__REQUIREMENT__
Starting at the first line of the entries below, output every line exactly, up to and including the line with "f 607 552 549".
======== GIVEN INFORMATION
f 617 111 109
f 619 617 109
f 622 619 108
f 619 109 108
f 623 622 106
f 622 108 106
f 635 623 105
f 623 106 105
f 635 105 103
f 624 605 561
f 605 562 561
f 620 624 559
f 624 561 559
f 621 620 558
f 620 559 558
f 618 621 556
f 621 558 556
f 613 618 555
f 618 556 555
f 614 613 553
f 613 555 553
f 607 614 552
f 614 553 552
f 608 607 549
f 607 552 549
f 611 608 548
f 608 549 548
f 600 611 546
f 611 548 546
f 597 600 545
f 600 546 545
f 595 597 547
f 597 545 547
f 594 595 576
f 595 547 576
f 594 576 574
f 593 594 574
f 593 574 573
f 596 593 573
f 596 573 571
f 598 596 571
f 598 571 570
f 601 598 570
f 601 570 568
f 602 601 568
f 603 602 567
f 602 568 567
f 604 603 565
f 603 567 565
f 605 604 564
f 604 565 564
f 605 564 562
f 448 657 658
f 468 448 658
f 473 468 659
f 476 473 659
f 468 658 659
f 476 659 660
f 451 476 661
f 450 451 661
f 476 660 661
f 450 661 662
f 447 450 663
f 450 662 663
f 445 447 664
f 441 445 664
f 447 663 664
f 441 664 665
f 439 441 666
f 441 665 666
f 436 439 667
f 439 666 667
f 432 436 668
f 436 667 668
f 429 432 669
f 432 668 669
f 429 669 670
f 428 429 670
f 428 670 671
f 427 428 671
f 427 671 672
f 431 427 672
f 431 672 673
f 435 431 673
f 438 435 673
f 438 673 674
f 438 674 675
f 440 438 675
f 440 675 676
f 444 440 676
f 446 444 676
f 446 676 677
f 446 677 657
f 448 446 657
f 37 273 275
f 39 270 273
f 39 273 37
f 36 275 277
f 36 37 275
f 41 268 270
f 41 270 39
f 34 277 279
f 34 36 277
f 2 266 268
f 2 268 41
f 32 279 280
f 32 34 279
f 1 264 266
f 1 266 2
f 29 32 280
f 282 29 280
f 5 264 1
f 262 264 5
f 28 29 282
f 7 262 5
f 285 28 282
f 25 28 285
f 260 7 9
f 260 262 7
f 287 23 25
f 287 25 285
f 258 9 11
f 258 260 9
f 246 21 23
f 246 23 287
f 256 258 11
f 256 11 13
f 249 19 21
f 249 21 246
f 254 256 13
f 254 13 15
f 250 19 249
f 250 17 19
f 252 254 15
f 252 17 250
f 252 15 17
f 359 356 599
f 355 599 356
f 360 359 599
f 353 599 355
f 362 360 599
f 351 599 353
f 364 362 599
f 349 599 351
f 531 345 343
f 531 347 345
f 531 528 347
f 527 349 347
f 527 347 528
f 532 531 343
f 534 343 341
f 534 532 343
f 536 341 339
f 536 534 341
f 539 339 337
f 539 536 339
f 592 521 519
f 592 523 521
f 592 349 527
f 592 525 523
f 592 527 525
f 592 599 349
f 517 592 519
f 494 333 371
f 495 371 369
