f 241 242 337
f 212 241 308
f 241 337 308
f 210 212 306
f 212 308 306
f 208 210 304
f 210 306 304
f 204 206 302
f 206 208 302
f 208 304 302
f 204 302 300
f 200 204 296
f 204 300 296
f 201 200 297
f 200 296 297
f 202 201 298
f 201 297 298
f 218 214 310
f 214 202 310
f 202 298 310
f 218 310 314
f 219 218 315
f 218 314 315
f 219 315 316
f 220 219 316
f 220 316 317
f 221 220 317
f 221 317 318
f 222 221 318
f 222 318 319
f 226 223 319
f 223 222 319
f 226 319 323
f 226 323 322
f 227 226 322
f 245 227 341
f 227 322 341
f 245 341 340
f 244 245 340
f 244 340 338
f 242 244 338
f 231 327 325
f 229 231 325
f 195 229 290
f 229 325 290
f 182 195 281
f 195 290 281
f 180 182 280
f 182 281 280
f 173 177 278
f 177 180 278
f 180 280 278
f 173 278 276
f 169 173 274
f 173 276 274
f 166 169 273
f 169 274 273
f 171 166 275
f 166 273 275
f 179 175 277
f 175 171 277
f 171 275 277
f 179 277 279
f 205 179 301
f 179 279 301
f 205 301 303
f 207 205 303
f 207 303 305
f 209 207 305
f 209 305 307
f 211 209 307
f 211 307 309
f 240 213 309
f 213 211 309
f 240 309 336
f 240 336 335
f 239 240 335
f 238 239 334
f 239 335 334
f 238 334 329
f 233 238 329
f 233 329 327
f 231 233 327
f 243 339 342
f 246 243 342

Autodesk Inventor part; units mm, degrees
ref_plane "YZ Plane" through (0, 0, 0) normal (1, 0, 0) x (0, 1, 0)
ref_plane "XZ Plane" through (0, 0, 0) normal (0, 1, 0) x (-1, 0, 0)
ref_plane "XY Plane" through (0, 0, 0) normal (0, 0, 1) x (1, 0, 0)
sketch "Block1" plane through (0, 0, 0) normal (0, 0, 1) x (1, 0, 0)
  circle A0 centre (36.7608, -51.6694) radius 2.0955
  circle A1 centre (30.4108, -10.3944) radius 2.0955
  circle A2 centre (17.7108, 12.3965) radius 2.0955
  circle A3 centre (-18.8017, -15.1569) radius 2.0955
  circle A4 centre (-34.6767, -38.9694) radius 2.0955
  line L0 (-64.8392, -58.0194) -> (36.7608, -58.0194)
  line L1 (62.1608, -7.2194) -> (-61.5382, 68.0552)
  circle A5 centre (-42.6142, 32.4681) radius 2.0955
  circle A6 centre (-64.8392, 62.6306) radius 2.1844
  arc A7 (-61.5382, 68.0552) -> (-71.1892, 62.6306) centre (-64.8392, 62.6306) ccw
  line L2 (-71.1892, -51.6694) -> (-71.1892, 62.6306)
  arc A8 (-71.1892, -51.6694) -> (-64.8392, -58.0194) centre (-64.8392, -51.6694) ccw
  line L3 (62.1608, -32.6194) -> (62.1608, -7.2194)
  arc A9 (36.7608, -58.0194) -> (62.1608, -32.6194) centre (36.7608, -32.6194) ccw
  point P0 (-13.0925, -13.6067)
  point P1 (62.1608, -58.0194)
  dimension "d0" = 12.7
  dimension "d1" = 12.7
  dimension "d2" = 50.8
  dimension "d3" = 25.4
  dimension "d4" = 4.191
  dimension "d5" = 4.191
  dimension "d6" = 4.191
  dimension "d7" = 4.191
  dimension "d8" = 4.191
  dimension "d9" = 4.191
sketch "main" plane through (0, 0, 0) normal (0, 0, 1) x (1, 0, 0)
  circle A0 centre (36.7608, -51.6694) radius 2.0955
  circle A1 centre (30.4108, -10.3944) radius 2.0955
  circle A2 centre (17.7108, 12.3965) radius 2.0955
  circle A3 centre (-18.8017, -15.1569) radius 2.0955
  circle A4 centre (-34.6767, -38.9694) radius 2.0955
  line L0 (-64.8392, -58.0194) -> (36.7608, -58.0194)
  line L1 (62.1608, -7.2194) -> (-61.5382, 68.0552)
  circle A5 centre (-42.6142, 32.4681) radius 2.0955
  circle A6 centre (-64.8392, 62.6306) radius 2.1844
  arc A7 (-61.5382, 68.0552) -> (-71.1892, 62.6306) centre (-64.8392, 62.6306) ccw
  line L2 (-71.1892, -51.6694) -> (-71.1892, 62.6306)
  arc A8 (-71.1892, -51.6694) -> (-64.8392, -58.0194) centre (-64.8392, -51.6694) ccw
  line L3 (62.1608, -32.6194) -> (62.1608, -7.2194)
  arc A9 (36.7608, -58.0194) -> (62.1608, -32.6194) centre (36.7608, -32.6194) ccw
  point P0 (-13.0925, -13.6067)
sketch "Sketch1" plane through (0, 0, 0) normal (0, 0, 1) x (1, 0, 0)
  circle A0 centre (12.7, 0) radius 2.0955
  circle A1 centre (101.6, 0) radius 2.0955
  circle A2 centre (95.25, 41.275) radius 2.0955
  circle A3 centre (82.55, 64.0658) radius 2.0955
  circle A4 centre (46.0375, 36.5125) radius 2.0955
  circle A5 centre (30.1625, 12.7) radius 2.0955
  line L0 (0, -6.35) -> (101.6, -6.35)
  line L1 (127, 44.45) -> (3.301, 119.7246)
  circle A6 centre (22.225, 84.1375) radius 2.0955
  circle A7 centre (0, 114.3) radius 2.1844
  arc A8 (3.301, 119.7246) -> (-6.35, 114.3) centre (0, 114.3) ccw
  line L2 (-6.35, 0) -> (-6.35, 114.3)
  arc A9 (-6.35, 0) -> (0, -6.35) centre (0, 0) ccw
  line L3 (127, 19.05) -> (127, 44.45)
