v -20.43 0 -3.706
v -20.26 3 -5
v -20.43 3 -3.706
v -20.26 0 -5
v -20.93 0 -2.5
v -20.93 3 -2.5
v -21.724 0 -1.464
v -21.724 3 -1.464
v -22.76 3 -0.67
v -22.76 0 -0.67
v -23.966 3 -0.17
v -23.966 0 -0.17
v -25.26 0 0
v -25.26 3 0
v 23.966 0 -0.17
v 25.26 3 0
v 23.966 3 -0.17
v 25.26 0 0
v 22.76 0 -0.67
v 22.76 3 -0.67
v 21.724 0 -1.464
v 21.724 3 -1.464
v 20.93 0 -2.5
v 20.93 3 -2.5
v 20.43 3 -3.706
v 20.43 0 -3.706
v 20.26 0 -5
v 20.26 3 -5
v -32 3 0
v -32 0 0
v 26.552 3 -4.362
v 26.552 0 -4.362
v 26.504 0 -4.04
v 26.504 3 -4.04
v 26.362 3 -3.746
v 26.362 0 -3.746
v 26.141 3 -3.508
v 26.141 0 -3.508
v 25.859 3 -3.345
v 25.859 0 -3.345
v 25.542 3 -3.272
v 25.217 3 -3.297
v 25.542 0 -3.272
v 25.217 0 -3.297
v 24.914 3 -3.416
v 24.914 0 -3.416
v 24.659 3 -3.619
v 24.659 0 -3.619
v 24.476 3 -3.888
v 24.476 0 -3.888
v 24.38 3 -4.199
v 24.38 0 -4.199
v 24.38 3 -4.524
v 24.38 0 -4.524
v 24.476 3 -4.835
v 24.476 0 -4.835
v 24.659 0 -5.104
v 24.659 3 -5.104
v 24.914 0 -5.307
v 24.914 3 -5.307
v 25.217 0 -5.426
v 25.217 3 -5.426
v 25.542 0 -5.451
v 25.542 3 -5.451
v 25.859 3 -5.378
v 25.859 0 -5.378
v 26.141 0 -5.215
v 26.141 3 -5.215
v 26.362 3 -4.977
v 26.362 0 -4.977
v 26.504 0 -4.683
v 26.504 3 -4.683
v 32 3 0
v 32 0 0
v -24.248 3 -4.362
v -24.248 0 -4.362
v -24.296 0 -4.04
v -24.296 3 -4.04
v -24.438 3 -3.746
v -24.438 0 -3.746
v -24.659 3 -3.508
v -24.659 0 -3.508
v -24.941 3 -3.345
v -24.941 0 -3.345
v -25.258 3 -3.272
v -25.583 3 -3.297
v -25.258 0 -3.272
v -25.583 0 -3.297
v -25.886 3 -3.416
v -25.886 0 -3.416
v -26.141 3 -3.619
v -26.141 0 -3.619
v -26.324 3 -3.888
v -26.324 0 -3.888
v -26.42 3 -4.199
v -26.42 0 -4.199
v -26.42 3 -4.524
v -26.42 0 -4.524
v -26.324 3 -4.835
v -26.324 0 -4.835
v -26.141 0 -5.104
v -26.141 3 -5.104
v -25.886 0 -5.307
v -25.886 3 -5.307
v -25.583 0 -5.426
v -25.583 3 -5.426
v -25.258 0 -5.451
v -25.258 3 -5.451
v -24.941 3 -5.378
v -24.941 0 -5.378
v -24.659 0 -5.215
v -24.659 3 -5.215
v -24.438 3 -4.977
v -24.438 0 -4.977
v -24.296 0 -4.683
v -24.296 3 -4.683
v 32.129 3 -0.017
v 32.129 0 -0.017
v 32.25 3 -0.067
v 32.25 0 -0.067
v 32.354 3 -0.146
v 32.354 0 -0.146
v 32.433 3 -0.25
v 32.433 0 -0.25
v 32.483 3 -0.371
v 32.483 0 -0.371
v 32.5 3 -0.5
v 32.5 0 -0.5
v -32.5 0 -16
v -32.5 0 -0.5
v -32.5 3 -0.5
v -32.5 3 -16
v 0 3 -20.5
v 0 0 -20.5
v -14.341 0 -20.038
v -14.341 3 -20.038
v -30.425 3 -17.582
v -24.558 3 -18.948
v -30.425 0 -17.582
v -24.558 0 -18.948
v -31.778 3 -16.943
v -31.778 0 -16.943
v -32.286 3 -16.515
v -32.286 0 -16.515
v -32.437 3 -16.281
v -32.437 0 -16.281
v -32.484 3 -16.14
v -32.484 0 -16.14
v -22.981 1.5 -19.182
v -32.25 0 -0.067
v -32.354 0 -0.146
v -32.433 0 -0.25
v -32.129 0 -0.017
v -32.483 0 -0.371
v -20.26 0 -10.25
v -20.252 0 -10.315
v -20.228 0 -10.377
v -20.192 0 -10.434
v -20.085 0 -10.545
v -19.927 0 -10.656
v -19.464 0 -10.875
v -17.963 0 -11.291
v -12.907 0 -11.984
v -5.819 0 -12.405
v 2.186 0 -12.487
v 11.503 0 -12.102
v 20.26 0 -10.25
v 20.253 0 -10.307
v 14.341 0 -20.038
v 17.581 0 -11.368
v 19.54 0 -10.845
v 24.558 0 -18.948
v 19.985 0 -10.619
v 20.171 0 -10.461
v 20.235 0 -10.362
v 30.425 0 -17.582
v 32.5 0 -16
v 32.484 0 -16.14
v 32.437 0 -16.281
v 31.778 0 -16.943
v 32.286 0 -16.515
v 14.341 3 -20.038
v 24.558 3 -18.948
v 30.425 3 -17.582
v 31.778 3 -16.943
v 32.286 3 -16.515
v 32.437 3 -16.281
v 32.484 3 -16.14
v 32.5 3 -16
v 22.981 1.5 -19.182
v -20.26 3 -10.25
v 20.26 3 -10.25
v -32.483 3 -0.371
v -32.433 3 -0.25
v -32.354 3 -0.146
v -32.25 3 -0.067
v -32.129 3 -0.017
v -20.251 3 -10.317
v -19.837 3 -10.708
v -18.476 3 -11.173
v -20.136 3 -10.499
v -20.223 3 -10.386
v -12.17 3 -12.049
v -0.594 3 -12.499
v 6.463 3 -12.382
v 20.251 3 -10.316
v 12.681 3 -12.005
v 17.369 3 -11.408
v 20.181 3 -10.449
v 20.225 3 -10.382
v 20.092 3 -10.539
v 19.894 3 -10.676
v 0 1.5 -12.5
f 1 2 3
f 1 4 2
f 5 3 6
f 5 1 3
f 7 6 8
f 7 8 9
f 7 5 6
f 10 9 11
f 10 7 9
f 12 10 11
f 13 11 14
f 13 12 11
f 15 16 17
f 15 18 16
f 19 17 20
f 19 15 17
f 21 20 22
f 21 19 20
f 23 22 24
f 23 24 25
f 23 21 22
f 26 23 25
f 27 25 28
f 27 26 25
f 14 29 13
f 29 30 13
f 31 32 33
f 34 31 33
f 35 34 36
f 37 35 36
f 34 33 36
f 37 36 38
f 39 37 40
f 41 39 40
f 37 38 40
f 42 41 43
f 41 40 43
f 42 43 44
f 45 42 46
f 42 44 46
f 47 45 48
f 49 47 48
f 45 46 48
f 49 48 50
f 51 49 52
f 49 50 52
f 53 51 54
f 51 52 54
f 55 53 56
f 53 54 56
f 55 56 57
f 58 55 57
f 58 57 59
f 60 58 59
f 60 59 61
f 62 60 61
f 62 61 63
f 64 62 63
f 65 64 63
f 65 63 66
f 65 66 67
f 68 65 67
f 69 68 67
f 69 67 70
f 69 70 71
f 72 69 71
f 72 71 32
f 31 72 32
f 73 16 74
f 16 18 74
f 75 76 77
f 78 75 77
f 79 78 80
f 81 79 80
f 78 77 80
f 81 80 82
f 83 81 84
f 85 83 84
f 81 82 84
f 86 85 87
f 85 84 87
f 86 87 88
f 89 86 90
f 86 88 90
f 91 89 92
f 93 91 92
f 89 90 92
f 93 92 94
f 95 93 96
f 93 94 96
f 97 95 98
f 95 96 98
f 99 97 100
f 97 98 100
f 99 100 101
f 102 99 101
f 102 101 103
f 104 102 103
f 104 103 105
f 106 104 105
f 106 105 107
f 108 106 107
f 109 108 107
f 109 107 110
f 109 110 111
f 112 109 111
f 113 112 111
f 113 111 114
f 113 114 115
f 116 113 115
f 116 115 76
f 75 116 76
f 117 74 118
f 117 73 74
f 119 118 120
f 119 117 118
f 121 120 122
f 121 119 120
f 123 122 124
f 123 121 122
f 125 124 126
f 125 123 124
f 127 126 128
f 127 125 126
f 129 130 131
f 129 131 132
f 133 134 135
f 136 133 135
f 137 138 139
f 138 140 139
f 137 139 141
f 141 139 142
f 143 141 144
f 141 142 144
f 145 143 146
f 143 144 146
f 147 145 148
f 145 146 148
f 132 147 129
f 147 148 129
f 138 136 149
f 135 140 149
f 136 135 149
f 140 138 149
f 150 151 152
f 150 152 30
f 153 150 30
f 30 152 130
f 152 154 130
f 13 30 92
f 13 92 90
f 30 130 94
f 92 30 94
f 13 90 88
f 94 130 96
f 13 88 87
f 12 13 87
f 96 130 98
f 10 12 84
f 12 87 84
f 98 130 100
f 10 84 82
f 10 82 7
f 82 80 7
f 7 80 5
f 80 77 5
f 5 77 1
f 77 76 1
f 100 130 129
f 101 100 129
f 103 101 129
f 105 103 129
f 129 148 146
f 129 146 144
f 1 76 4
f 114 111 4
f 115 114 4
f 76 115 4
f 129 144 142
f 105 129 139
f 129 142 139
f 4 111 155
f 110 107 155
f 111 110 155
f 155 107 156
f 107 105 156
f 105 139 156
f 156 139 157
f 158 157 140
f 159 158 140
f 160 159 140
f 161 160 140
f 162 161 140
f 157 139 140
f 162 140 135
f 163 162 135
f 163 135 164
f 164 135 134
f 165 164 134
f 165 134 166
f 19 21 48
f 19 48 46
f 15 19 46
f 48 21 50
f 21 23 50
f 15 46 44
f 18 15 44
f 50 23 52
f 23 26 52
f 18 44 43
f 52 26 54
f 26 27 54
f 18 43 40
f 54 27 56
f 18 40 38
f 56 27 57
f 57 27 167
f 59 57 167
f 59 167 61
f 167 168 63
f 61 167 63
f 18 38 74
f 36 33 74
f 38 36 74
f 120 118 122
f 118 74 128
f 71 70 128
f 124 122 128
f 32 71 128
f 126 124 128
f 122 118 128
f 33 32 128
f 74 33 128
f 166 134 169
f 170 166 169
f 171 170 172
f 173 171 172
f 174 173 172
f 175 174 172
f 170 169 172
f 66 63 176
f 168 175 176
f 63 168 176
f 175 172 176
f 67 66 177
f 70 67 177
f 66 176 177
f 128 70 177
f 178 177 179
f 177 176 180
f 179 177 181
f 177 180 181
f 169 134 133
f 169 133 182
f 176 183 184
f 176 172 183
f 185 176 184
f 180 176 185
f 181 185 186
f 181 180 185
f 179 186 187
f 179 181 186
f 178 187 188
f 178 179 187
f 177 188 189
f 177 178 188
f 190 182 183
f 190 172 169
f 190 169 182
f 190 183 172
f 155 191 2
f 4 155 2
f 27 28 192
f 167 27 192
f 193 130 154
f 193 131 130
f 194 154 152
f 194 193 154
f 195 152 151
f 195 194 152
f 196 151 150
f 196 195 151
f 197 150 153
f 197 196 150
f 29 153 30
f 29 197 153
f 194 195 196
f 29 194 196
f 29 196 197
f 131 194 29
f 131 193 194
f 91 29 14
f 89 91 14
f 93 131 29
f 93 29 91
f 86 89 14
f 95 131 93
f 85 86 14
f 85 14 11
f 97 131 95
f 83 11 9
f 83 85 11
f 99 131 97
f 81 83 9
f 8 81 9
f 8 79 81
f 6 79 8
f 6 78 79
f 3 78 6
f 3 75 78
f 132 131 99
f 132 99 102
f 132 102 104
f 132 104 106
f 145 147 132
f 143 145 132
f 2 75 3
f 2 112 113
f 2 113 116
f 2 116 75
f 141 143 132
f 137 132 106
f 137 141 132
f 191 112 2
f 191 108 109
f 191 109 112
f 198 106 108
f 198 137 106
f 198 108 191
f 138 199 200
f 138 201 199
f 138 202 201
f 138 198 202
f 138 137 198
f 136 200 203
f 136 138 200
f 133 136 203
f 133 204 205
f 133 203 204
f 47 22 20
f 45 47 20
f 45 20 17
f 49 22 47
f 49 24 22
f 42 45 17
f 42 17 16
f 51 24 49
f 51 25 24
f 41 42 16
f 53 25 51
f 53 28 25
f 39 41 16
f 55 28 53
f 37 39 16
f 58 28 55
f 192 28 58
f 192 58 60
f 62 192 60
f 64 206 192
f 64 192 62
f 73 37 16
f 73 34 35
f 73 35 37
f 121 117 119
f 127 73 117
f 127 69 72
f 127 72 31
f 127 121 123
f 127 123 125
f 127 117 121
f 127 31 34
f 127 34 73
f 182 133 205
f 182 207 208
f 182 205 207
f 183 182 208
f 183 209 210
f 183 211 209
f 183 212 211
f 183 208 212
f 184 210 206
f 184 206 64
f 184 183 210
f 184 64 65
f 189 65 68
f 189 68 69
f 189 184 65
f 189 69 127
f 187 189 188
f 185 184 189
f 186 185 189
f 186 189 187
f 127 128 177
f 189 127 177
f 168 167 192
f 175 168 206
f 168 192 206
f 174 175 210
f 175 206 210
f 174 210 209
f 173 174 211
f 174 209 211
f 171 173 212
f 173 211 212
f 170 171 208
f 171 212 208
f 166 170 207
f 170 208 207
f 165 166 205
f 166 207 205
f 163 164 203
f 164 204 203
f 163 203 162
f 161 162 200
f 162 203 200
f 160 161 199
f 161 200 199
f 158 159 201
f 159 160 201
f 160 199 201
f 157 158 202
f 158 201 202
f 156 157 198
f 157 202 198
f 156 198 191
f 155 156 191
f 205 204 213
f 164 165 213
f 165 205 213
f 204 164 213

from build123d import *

# Parameters (mm, degrees)
BOSS_EXTRUDE1_DEPTH = 3
CUT_EXTRUDE1_DEPTH  = 4.0000001
SKETCH3_R           = 1.0922
CUT_EXTRUDE2_DEPTH  = 4.0000001
FILLET1_R           = 5
FILLET2_R           = 0.5


with BuildPart() as part:
    # Sketch1 → Boss-Extrude1 (new body)
    with BuildSketch(Plane(origin=(0, 0, 0), x_dir=(1, 0, 0), z_dir=(0, 1, 0))):
        with BuildLine():
            Line((0, 0), (-32.5, 0))
            Line((-32.5, 0), (-32.5, 16))
            add(Edge.make_bspline(
                [(0, 20.5), (-32.5, 20.5), (-32.5, 16)],
                knots=[4.71238898, 4.71238898, 4.71238898, 6.283185307, 6.283185307, 6.283185307], degree=2, weights=[1, 0.707106781, 1]))
            Line((0, 20.5), (0, 16))
            Line((0, 16), (0, 0))
        make_face()
    boss_extrude1 = extrude(amount=BOSS_EXTRUDE1_DEPTH)

    # Mirror1: Boss-Extrude1 across plane
    add(boss_extrude1.mirror(Plane(origin=(0, 3, -16), x_dir=(0, 0, 1), z_dir=(-1, 0, 0))))

    # Sketch2 → Cut-Extrude1 (cut, through all)
    with BuildSketch(Plane(origin=(0, 3, 0), x_dir=(1, 0, 0), z_dir=(0, 1, 0))):
        with BuildLine():
            Line((0, 10.25), (0, 12.5))
            add(Edge.make_bspline(
                [(0, 12.5), (-20.26, 12.5), (-20.26, 10.25)],
                knots=[4.71238898, 4.71238898, 4.71238898, 6.283185307, 6.283185307, 6.283185307], degree=2, weights=[1, 0.707106781, 1]))
            Line((-20.26, 10.25), (-20.26, 0))
            Line((-20.26, 0), (0, 0))
            Line((0, 0), (0, 10.25))
        make_face()
        with BuildLine():
            Line((20.26, 0), (20.26, 10.25))
            add(Edge.make_bspline(
                [(20.26, 10.25), (20.26, 12.5), (0, 12.5)],
                knots=[3.141592654, 3.141592654, 3.141592654, 4.71238898, 4.71238898, 4.71238898], degree=2, weights=[1, 0.707106781, 1]))
            Line((0, 12.5), (0, 10.25))
            Line((0, 10.25), (0, 0))
            Line((0, 0), (20.26, 0))
        make_face()
    extrude(amount=-CUT_EXTRUDE1_DEPTH, mode=Mode.SUBTRACT)

    # Sketch3 → Cut-Extrude2 (cut, through all)
    with BuildSketch(Plane.XZ):
        with Locations((25.46, -4.3615)):
            Circle(SKETCH3_R)
        with Locations((-25.34, -4.3615)):
            Circle(SKETCH3_R)
    extrude(amount=-CUT_EXTRUDE2_DEPTH, mode=Mode.SUBTRACT)

    # Fillet1
    fillet1_edges = [part.edges().sort_by_distance(p)[0] for p in [
        (20.26, 1.5, 0),
        (-20.26, 1.5, 0),
    ]]
    fillet(fillet1_edges, radius=FILLET1_R)

    # Fillet2
    fillet2_edges = [part.edges().sort_by_distance(p)[0] for p in [
        (32.5, 1.5, 0),
        (-32.5, 1.5, 0),
    ]]
    fillet(fillet2_edges, radius=FILLET2_R)


solid = part.part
================
__ANSWER SPACE__
f 617 111 109
f 619 617 109
f 622 619 108
f 619 109 108
f 623 622 106
f 622 108 106
f 635 623 105
f 623 106 105
f 635 105 103
f 624 605 561
f 605 562 561
f 620 624 559
f 624 561 559
f 621 620 558
f 620 559 558
f 618 621 556
f 621 558 556
f 613 618 555
f 618 556 555
f 614 613 553
f 613 555 553
f 607 614 552
f 614 553 552
f 608 607 549
f 607 552 549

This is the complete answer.